##### Records for processing
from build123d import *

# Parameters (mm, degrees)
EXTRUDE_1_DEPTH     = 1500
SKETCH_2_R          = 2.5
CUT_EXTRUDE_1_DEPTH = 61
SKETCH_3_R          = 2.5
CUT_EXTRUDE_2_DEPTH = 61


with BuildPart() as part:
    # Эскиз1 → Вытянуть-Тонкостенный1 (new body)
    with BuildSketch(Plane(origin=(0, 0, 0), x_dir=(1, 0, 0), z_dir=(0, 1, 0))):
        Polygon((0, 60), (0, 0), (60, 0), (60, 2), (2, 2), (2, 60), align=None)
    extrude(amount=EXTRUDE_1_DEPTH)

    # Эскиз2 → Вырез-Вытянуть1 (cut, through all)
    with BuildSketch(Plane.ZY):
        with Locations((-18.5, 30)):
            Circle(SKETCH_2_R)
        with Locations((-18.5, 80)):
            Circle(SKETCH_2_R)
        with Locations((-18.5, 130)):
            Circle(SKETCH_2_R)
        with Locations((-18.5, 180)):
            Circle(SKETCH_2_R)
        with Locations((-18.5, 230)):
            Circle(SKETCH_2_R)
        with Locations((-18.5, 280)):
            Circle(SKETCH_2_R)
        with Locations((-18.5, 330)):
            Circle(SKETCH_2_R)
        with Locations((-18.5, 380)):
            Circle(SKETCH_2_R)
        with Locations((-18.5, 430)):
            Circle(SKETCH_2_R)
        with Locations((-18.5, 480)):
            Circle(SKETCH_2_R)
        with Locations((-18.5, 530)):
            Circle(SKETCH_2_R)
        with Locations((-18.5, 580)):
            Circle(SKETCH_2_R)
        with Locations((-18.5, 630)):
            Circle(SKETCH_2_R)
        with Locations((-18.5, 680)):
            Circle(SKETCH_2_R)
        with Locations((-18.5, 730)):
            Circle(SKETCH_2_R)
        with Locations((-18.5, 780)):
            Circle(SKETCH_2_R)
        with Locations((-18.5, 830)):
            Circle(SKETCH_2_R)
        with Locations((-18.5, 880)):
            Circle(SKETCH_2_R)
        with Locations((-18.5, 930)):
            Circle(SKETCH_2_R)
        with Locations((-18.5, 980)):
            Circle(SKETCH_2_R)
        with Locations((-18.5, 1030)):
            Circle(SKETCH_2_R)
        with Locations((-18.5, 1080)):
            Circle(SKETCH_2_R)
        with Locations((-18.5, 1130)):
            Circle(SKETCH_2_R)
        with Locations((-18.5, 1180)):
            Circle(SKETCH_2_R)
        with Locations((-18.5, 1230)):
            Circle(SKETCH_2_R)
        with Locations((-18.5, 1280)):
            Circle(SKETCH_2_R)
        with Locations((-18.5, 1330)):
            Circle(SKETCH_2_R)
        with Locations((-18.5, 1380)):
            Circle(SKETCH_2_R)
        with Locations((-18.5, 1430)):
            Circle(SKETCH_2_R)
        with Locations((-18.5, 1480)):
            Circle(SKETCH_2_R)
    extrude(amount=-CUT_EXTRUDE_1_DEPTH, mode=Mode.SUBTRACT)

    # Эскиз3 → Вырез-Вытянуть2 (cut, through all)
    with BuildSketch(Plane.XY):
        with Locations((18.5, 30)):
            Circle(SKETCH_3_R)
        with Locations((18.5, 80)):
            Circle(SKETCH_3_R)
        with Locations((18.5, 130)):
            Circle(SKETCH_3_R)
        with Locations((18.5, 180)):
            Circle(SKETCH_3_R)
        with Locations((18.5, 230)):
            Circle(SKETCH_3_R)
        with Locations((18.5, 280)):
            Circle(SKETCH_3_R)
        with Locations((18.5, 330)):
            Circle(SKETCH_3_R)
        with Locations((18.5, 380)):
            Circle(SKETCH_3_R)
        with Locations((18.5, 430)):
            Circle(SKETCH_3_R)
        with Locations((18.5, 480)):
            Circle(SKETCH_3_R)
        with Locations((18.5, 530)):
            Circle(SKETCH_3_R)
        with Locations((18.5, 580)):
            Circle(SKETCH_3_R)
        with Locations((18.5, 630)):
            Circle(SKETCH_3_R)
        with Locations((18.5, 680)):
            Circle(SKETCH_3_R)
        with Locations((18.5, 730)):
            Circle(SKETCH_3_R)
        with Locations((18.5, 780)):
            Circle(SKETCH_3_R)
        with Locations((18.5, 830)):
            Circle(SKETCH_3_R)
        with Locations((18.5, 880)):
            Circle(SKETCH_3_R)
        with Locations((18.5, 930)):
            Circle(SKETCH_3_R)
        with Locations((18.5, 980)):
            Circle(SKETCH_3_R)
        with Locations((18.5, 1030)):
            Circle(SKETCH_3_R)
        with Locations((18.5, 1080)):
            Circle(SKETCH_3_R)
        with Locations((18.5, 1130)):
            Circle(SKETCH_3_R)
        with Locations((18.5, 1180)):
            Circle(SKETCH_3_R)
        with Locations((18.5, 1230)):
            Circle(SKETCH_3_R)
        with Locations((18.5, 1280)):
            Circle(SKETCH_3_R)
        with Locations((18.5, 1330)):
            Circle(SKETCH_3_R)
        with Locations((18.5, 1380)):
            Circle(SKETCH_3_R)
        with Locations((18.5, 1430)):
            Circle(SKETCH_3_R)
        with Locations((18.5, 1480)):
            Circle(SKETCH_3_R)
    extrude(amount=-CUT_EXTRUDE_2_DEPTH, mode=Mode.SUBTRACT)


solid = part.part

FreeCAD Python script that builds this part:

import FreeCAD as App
import Part
import Sketcher

V = App.Vector


def add_polygon(sketch, points):
    """Adds a closed chain of lines whose ends are joined by coincident constraints."""
    first, n = sketch.GeometryCount, len(points)
    for a, b in zip(points, points[1:] + points[:1]):
        sketch.addGeometry(Part.LineSegment(App.Vector(*a, 0), App.Vector(*b, 0)), False)
    for i in range(n):
        sketch.addConstraint(Sketcher.Constraint("Coincident", first + i, 2, first + (i + 1) % n, 1))

doc = App.newDocument("Part")
body = doc.addObject("PartDesign::Body", "Body")

# Sketch on XZ plane
sketch1 = body.newObject("Sketcher::SketchObject", "Sketch")
sketch1.AttachmentSupport = (doc.getObject("XZ_Plane"), [""])
sketch1.MapMode = "FlatFace"
add_polygon(sketch1, [(0, -60), (0, 0), (60, 0), (60, -2), (2, -2), (2, -60)])  # lines 0-5
sketch1.addConstraint([
    Sketcher.Constraint("Vertical", 0),
    Sketcher.Constraint("Horizontal", 1),
    Sketcher.Constraint("Vertical", 2),
    Sketcher.Constraint("Horizontal", 3),
    Sketcher.Constraint("Vertical", 4),
    Sketcher.Constraint("Horizontal", 5),
    Sketcher.Constraint("Coincident", 0, 2, -1, 1),
    Sketcher.Constraint("Equal", 1, 0),
    Sketcher.Constraint("Equal", 5, 2),
    Sketcher.Constraint("DistanceX", 1, 1, 1, 2, 60.0),
    Sketcher.Constraint("DistanceX", 3, 2, 3, 1, 58.0),
])
pad1 = body.newObject("PartDesign::Pad", "Pad")
pad1.Profile = sketch1
pad1.Length = 1500
pad1.Reversed = True

# Sketch on YZ plane
sketch2 = body.newObject("Sketcher::SketchObject", "Sketch001")
sketch2.AttachmentSupport = (doc.getObject("YZ_Plane"), [""])
sketch2.MapMode = "FlatFace"
sketch2.addGeometry([
    Part.Circle(V(30, -18.5, 0), V(0, 0, 1), 2.5),  # 0
    Part.Circle(V(80, -18.5, 0), V(0, 0, 1), 2.5),  # 1
    Part.Circle(V(130, -18.5, 0), V(0, 0, 1), 2.5),  # 2
    Part.Circle(V(180, -18.5, 0), V(0, 0, 1), 2.5),  # 3
    Part.Circle(V(230, -18.5, 0), V(0, 0, 1), 2.5),  # 4
    Part.Circle(V(280, -18.5, 0), V(0, 0, 1), 2.5),  # 5
    Part.Circle(V(330, -18.5, 0), V(0, 0, 1), 2.5),  # 6
    Part.Circle(V(380, -18.5, 0), V(0, 0, 1), 2.5),  # 7
    Part.Circle(V(430, -18.5, 0), V(0, 0, 1), 2.5),  # 8
    Part.Circle(V(480, -18.5, 0), V(0, 0, 1), 2.5),  # 9
    Part.Circle(V(530, -18.5, 0), V(0, 0, 1), 2.5),  # 10
    Part.Circle(V(580, -18.5, 0), V(0, 0, 1), 2.5),  # 11
    Part.Circle(V(630, -18.5, 0), V(0, 0, 1), 2.5),  # 12
    Part.Circle(V(680, -18.5, 0), V(0, 0, 1), 2.5),  # 13
    Part.Circle(V(730, -18.5, 0), V(0, 0, 1), 2.5),  # 14
    Part.Circle(V(780, -18.5, 0), V(0, 0, 1), 2.5),  # 15
    Part.Circle(V(830, -18.5, 0), V(0, 0, 1), 2.5),  # 16
    Part.Circle(V(880, -18.5, 0), V(0, 0, 1), 2.5),  # 17
    Part.Circle(V(930, -18.5, 0), V(0, 0, 1), 2.5),  # 18
    Part.Circle(V(980, -18.5, 0), V(0, 0, 1), 2.5),  # 19
    Part.Circle(V(1030, -18.5, 0), V(0, 0, 1), 2.5),  # 20
    Part.Circle(V(1080, -18.5, 0), V(0, 0, 1), 2.5),  # 21
    Part.Circle(V(1130, -18.5, 0), V(0, 0, 1), 2.5),  # 22
    Part.Circle(V(1180, -18.5, 0), V(0, 0, 1), 2.5),  # 23
    Part.Circle(V(1230, -18.5, 0), V(0, 0, 1), 2.5),  # 24
    Part.Circle(V(1280, -18.5, 0), V(0, 0, 1), 2.5),  # 25
    Part.Circle(V(1330, -18.5, 0), V(0, 0, 1), 2.5),  # 26
    Part.Circle(V(1380, -18.5, 0), V(0, 0, 1), 2.5),  # 27
    Part.Circle(V(1430, -18.5, 0), V(0, 0, 1), 2.5),  # 28
    Part.Circle(V(1480, -18.5, 0), V(0, 0, 1), 2.5),  # 29
], False)
sketch2.addConstraint([
    Sketcher.Constraint("Equal", 0, 1),
    Sketcher.Constraint("Equal", 1, 2),
    Sketcher.Constraint("Equal", 2, 3),
    Sketcher.Constraint("Equal", 3, 4),
    Sketcher.Constraint("Equal", 4, 5),
    Sketcher.Constraint("Equal", 5, 6),
    Sketcher.Constraint("Equal", 6, 7),
    Sketcher.Constraint("Equal", 7, 8),
    Sketcher.Constraint("Equal", 8, 9),
    Sketcher.Constraint("Equal", 9, 10),
    Sketcher.Constraint("Equal", 10, 11),
    Sketcher.Constraint("Equal", 11, 12),
    Sketcher.Constraint("Equal", 12, 13),
    Sketcher.Constraint("Equal", 13, 14),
##########
Where a line in the listing above holds the string "through", include it in your count, and answer with the number alone.

2